# labrum debridement extensive or limited



## Lindseywingate1990 (Apr 27, 2011)

if a shoulder debridement was done to the superior labrum and to the posterior labrum is this considered extensive?


----------



## ASC CODER (Apr 27, 2011)

that would be a type I which is coded with 29822 simple and don't forget your 59 mod.

The shoulder joint is formed by the humerus (upper arm) and the glenoid labrum of the scapula (shoulder blade). The relative size of these two structures is analogous to a golf ball (head of the humerus) on a golf tee (glenoid). This makes the shoulder joint have a large range of motion and explains why we can put our arms over our heads or scratch the middle of our back.

This large range of motion also can lead to injuries. One type is the SLAP lesion. The labrum deepens the golf tee to help make the shoulder more stable.
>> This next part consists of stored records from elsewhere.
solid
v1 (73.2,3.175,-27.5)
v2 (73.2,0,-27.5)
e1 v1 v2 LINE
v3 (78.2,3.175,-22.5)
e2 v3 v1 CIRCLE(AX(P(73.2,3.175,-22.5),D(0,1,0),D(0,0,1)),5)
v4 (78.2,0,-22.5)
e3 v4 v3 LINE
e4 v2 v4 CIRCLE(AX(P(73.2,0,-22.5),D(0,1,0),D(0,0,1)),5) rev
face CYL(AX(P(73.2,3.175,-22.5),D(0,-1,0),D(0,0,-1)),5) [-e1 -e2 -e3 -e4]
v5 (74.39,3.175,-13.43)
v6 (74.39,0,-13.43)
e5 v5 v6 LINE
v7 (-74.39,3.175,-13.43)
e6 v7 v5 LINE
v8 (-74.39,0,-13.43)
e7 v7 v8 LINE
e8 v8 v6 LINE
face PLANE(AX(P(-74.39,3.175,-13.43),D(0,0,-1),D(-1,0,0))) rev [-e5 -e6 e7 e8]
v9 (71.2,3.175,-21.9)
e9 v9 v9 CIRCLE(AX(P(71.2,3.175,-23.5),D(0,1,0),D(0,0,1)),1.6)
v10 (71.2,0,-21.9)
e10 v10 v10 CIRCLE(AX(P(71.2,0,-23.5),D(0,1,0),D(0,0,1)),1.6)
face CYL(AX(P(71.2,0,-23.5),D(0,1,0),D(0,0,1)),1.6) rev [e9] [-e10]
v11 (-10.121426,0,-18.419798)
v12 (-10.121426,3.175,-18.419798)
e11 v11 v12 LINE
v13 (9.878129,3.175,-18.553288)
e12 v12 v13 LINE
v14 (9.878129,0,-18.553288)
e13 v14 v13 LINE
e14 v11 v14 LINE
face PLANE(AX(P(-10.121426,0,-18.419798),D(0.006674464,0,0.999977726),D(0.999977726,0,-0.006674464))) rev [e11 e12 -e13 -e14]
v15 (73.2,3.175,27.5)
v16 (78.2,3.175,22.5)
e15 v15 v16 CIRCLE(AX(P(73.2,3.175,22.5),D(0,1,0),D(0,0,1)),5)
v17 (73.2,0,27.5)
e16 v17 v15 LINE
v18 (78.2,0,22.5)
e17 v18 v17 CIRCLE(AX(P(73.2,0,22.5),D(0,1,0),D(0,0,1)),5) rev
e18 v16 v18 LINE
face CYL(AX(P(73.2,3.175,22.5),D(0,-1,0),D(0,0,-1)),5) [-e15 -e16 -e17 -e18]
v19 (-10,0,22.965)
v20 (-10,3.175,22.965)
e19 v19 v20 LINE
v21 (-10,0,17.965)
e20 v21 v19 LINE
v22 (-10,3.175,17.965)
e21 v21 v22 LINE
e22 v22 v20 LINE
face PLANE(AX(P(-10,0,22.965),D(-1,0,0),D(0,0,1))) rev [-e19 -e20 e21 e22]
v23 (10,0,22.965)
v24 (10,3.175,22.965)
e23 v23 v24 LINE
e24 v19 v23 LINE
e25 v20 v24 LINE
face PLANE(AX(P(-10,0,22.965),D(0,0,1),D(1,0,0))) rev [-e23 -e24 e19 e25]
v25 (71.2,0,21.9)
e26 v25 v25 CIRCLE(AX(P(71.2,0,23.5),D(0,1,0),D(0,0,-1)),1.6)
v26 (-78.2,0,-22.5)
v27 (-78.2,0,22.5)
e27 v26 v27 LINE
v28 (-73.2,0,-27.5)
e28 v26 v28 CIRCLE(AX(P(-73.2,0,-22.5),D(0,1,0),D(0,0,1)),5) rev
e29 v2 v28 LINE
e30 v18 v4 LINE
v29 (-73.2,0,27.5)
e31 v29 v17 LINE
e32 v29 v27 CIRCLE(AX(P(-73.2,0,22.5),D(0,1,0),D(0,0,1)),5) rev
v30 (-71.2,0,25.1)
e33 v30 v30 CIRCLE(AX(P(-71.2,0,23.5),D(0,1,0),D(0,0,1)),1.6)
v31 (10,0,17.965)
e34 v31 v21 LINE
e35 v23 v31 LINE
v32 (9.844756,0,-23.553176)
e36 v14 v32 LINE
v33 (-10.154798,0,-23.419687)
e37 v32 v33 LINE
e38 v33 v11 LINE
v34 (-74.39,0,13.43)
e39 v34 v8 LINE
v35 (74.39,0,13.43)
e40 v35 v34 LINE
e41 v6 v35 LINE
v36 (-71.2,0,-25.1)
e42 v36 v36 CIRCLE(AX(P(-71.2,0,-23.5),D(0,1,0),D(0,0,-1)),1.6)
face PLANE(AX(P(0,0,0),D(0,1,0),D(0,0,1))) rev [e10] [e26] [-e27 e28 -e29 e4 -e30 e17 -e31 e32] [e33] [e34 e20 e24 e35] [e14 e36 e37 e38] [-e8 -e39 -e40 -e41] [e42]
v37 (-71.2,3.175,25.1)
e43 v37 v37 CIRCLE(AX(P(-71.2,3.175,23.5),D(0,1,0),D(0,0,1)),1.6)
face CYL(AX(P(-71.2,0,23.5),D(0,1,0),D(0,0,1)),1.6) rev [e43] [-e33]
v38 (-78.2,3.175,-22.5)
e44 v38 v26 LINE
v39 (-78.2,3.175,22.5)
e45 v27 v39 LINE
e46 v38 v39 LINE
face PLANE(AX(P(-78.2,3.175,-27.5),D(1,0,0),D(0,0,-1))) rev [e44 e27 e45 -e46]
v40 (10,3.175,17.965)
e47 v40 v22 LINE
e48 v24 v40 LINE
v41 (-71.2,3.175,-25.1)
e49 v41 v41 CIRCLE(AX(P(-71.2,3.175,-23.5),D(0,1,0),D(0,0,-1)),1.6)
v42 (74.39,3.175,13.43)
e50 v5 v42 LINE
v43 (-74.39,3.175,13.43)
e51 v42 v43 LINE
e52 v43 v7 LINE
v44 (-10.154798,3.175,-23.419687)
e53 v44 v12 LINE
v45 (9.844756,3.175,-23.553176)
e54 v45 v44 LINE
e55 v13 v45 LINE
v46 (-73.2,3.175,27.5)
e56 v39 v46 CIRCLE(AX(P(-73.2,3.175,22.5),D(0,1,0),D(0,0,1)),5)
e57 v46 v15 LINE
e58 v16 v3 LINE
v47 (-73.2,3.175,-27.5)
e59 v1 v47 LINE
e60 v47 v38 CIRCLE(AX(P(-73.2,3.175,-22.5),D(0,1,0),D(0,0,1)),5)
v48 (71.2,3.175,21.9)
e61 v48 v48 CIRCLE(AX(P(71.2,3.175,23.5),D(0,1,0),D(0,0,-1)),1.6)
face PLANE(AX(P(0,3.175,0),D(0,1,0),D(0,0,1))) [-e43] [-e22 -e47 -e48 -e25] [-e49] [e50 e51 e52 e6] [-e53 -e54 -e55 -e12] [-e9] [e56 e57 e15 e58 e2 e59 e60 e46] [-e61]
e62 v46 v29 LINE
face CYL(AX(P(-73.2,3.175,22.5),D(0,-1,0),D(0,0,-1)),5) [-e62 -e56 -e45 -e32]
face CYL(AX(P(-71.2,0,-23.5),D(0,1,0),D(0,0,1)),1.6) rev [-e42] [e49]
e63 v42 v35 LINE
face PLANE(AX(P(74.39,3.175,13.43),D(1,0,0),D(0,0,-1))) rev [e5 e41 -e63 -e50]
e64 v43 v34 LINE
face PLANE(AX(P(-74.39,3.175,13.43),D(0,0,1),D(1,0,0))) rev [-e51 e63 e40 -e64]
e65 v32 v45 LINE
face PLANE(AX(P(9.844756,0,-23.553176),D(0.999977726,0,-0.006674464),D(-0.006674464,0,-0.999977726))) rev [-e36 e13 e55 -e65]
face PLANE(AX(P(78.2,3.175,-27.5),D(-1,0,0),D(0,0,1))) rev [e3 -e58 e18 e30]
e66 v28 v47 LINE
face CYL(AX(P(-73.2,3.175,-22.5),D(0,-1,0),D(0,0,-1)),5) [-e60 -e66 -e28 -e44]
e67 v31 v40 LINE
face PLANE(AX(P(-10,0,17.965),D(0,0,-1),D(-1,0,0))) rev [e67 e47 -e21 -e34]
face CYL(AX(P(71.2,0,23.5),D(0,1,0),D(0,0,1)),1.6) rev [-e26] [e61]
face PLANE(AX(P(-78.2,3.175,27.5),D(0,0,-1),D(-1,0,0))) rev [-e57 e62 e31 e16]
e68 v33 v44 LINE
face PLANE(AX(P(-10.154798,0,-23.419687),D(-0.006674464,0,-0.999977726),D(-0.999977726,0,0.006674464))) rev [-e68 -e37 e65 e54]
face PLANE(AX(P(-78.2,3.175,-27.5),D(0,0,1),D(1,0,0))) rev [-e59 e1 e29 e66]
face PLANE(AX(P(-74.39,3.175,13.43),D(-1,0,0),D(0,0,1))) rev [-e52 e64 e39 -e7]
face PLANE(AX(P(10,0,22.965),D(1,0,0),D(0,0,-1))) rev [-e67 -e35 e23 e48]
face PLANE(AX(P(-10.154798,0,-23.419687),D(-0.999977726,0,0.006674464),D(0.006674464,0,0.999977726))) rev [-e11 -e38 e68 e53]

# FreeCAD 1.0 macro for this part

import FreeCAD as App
import Part
import Sketcher

V = App.Vector


def edges_at(feature, points):
    """Names of the edges that pass closest to the given points."""
    edges = feature.Shape.Edges
    near = lambda p: min(range(len(edges)), key=lambda i: edges[i].distToShape(Part.Vertex(*p))[0])
    return sorted({f"Edge{near(p) + 1}" for p in points})

doc = App.newDocument("Part")
body = doc.addObject("PartDesign::Body", "Body")

sketch1 = body.newObject("Sketcher::SketchObject", "Sketch")
sketch1.AttachmentSupport = (doc.getObject("XZ_Plane"), [""])
sketch1.MapMode = "FlatFace"
sketch1.addGeometry([
    Part.LineSegment(V(-78, -28, 0), V(-78, 28, 0)),
    Part.LineSegment(V(-78, 28, 0), V(78, 28, 0)),
    Part.LineSegment(V(78, 28, 0), V(78, -28, 0)),
    Part.LineSegment(V(78, -28, 0), V(-78, -28, 0)),
], False)
sketch1.addConstraint([
    Sketcher.Constraint("Coincident", 0, 2, 1, 1),
    Sketcher.Constraint("Coincident", 1, 2, 2, 1),
    Sketcher.Constraint("Coincident", 2, 2, 3, 1),
    Sketcher.Constraint("Coincident", 3, 2, 0, 1),
    Sketcher.Constraint("Vertical", 0),
    Sketcher.Constraint("Horizontal", 1),
    Sketcher.Constraint("Vertical", 2),
    Sketcher.Constraint("Horizontal", 3),
    Sketcher.Constraint("Symmetric", 0, 2, 2, 2, -1, 1),
    Sketcher.Constraint("DistanceY", 0, 1, 0, 2, 55.0),
    Sketcher.Constraint("DistanceX", 1, 1, 1, 2, 156.4),
])
pad1 = body.newObject("PartDesign::Pad", "Pad")
pad1.Profile = sketch1
pad1.Length = 3.175
pad1.Reversed = True

sketch2 = body.newObject("Sketcher::SketchObject", "Sketch001")
sketch2.AttachmentSupport = (doc.getObject("XZ_Plane"), [""])
sketch2.MapMode = "FlatFace"
sketch2.addGeometry([
    Part.LineSegment(V(-74, 13, 0), V(-74, -13, 0)),
    Part.LineSegment(V(-74, -13, 0), V(74, -13, 0)),
    Part.LineSegment(V(74, -13, 0), V(74, 13, 0)),
    Part.LineSegment(V(74, 13, 0), V(-74, 13, 0)),
], False)
sketch2.addConstraint([
    Sketcher.Constraint("Coincident", 0, 2, 1, 1),
    Sketcher.Constraint("Coincident", 1, 2, 2, 1),
    Sketcher.Constraint("Coincident", 2, 2, 3, 1),
    Sketcher.Constraint("Coincident", 3, 2, 0, 1),
    Sketcher.Constraint("Vertical", 0),
    Sketcher.Constraint("Horizontal", 1),
    Sketcher.Constraint("Vertical", 2),
    Sketcher.Constraint("Horizontal", 3),
    Sketcher.Constraint("Symmetric", 0, 2, 2, 2, -1, 1),
    Sketcher.Constraint("DistanceX", 1, 1, 1, 2, 148.78),
    Sketcher.Constraint("DistanceY", 0, 2, 0, 1, 26.86),
])
pocket1 = body.newObject("PartDesign::Pocket", "Pocket")
pocket1.Profile = sketch2
pocket1.Type = "ThroughAll"

sketch3 = body.newObject("Sketcher::SketchObject", "Sketch002")
sketch3.AttachmentSupport = (doc.getObject("XZ_Plane"), [""])
sketch3.MapMode = "FlatFace"
sketch3.AttachmentOffset = App.Placement(V(0, 0, -3.175), App.Rotation())
sketch3.addGeometry([
    Part.Circle(V(-71.2, 23.5, 0), V(0, 0, 1), 1.6),
    Part.Circle(V(-71.2, -23.5, 0), V(0, 0, 1), 1.6),
    Part.Circle(V(71.2, -23.5, 0), V(0, 0, 1), 1.6),
    Part.Circle(V(71.2, 23.5, 0), V(0, 0, 1), 1.6),
], False)
sketch3.addConstraint([
    Sketcher.Constraint("Equal", 0, 1),
    Sketcher.Constraint("Equal", 1, 2),
    Sketcher.Constraint("Equal", 2, 3),
    Sketcher.Constraint("Symmetric", 0, 3, 2, 3, -1, 1),
    Sketcher.Constraint("Symmetric", 1, 3, 3, 3, -1, 1),
    Sketcher.Constraint("Symmetric", 1, 3, 2, 3, -2),
    Sketcher.Constraint("Diameter", 0, 3.2),
    Sketcher.Constraint("DistanceY", 1, 3, 0, 3, 47.0),
    Sketcher.Constraint("DistanceX", 0, 3, -1, 1, 71.2),
])
pocket2 = body.newObject("PartDesign::Pocket", "Pocket001")
pocket2.Profile = sketch3
pocket2.Type = "ThroughAll"
pocket2.Reversed = True

sketch4 = body.newObject("Sketcher::SketchObject", "Sketch003")
sketch4.AttachmentSupport = (doc.getObject("XZ_Plane"), [""])
sketch4.MapMode = "FlatFace"
sketch4.AttachmentOffset = App.Placement(V(0, 0, -3.175), App.Rotation())
sketch4.addGeometry([
    Part.LineSegment(V(-10, 18, 0), V(-10, 23, 0)),
    Part.LineSegment(V(-10, 23, 0), V(10, 23, 0)),
    Part.LineSegment(V(10, 23, 0), V(10, 18, 0)),
    Part.LineSegment(V(10, 18, 0), V(-10, 18, 0)),
    Part.LineSegment(V(-10.2, -23.4, 0), V(-10.1, -18.4, 0)),
    Part.LineSegment(V(-10.1, -18.4, 0), V(9.9, -18.6, 0)),
    Part.LineSegment(V(9.9, -18.6, 0), V(9.8, -23.6, 0)),
    Part.LineSegment(V(9.8, -23.6, 0), V(-10.2, -23.4, 0)),
], False)
sketch4.addConstraint([
    Sketcher.Constraint("Coincident", 0, 2, 1, 1),
    Sketcher.Constraint("Coincident", 1, 2, 2, 1),
    Sketcher.Constraint("Coincident", 2, 2, 3, 1),
    Sketcher.Constraint("Coincident", 3, 2, 0, 1),
    Sketcher.Constraint("Coincident", 4, 2, 5, 1),
    Sketcher.Constraint("Coincident", 5, 2, 6, 1),
    Sketcher.Constraint("Coincident", 6, 2, 7, 1),
    Sketcher.Constraint("Coincident", 7, 2, 4, 1),
    Sketcher.Constraint("Vertical", 0),
    Sketcher.Constraint("Horizontal", 1),
    Sketcher.Constraint("Vertical", 2),
    Sketcher.Constraint("Horizontal", 3),
    Sketcher.Constraint("Perpendicular", 4, 5),
    Sketcher.Constraint("Perpendicular", 5, 6),
    Sketcher.Constraint("Perpendicular", 6, 7),
    Sketcher.Constraint("DistanceX", 1, 1, 1, 2, 20.0),
    Sketcher.Constraint("DistanceY", 0, 1, 0, 2, 5.0),
    Sketcher.Constraint("Distance", 4, 5.0),
    Sketcher.Constraint("Distance", 5, 20.0),
    Sketcher.Constraint("DistanceX", 0, 2, -1, 1, 10.0),
    Sketcher.Constraint("DistanceY", -1, 1, 0, 2, 22.965),
    Sketcher.Constraint("DistanceY", 4, 2, -1, 1, 18.419798),
    Sketcher.Constraint("DistanceX", 7, 2, -1, 1, 10.154798),
    Sketcher.Constraint("DistanceY", 7, 2, 5, 2, 4.866399),
])
pocket3 = body.newObject("PartDesign::Pocket", "Pocket002")
pocket3.Profile = sketch4
pocket3.Type = "ThroughAll"
pocket3.Reversed = True
doc.recompute()

fillet = body.newObject("PartDesign::Fillet", "Fillet")
fillet.Base = (pocket3, edges_at(pocket3, [(78.2, 1.587, 27.5), (-78.2, 1.587, 27.5), (-78.2, 1.587, -27.5)]))
fillet.Radius = 5
doc.recompute()

fillet2 = body.newObject("PartDesign::Fillet", "Fillet001")
fillet2.Base = (fillet, edges_at(fillet, [(78.2, 1.587, -27.5)]))
fillet2.Radius = 5

doc.recompute()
The biceps tendon attaches at the top of the labrum. This is the area of the SLAP lesion. SLAP is an acronym for Superior Labrum Anterior to Posterior. This describes the way the labrum tears. This is a normal appearing labrum and biceps tendon.

One theory about the tear is that it results when the shoulder joint tries to dislocate. The biceps tendon contracts to prevent the dislocation and distracts the glenoid labrum. As the shoulder “slides back” the head of the humerus clips the distended labrum resulting in a tear. This can be exhibited by a football player who lands on their outstretched arm while being tackled.
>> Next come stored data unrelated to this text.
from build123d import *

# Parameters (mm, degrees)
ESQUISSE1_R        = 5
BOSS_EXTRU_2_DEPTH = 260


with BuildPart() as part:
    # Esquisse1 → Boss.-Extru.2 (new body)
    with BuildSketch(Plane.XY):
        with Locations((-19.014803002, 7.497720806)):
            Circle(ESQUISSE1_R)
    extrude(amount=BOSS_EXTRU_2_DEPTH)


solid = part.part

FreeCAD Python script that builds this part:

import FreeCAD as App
import Part
import Sketcher
from FreeCAD import Vector

doc = App.newDocument("Part")
body = doc.addObject("PartDesign::Body", "Body")

# Sketch on XY plane
sketch1 = body.newObject("Sketcher::SketchObject", "Sketch")
sketch1.AttachmentSupport = (doc.getObject("XY_Plane"), [""])
sketch1.MapMode = "FlatFace"
sketch1.addGeometry(Part.Circle(Vector(-19, 7, 0), Vector(0, 0, 1), 5), False)
sketch1.addConstraint([
    Sketcher.Constraint("Diameter", 0, 10.0),
    Sketcher.Constraint("DistanceY", -1, 1, 0, 3, 7.497721),
    Sketcher.Constraint("DistanceX", 0, 3, -1, 1, 19.014803),
])
pad1 = body.newObject("PartDesign::Pad", "Pad")
pad1.Profile = sketch1
pad1.Length = 260

doc.recompute()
A second theory centers around repeated stress. For example, the repeated stress of overhead throwing. As a baseball and softball player, or quarterback throws the ball, the superior labrum is under high amounts of stress. Especially during the deceleration phase after ball release.

Evaluating this injury can be difficult. One of the most important pieces of the evaluation is the history of the injury. Was the athlete a thrower? Did he/she feel or hear a “pop” with one specific throw? Did they fall on their outstretched arm? Has the ability to throw gotten worse? Does the shoulder “catch” or “click” during overhead activities?

If the answer to these questions are “yes,” the a SLAP must be considered. A referral to an orthopaedic surgeon who deals with sports injuries should then be considered.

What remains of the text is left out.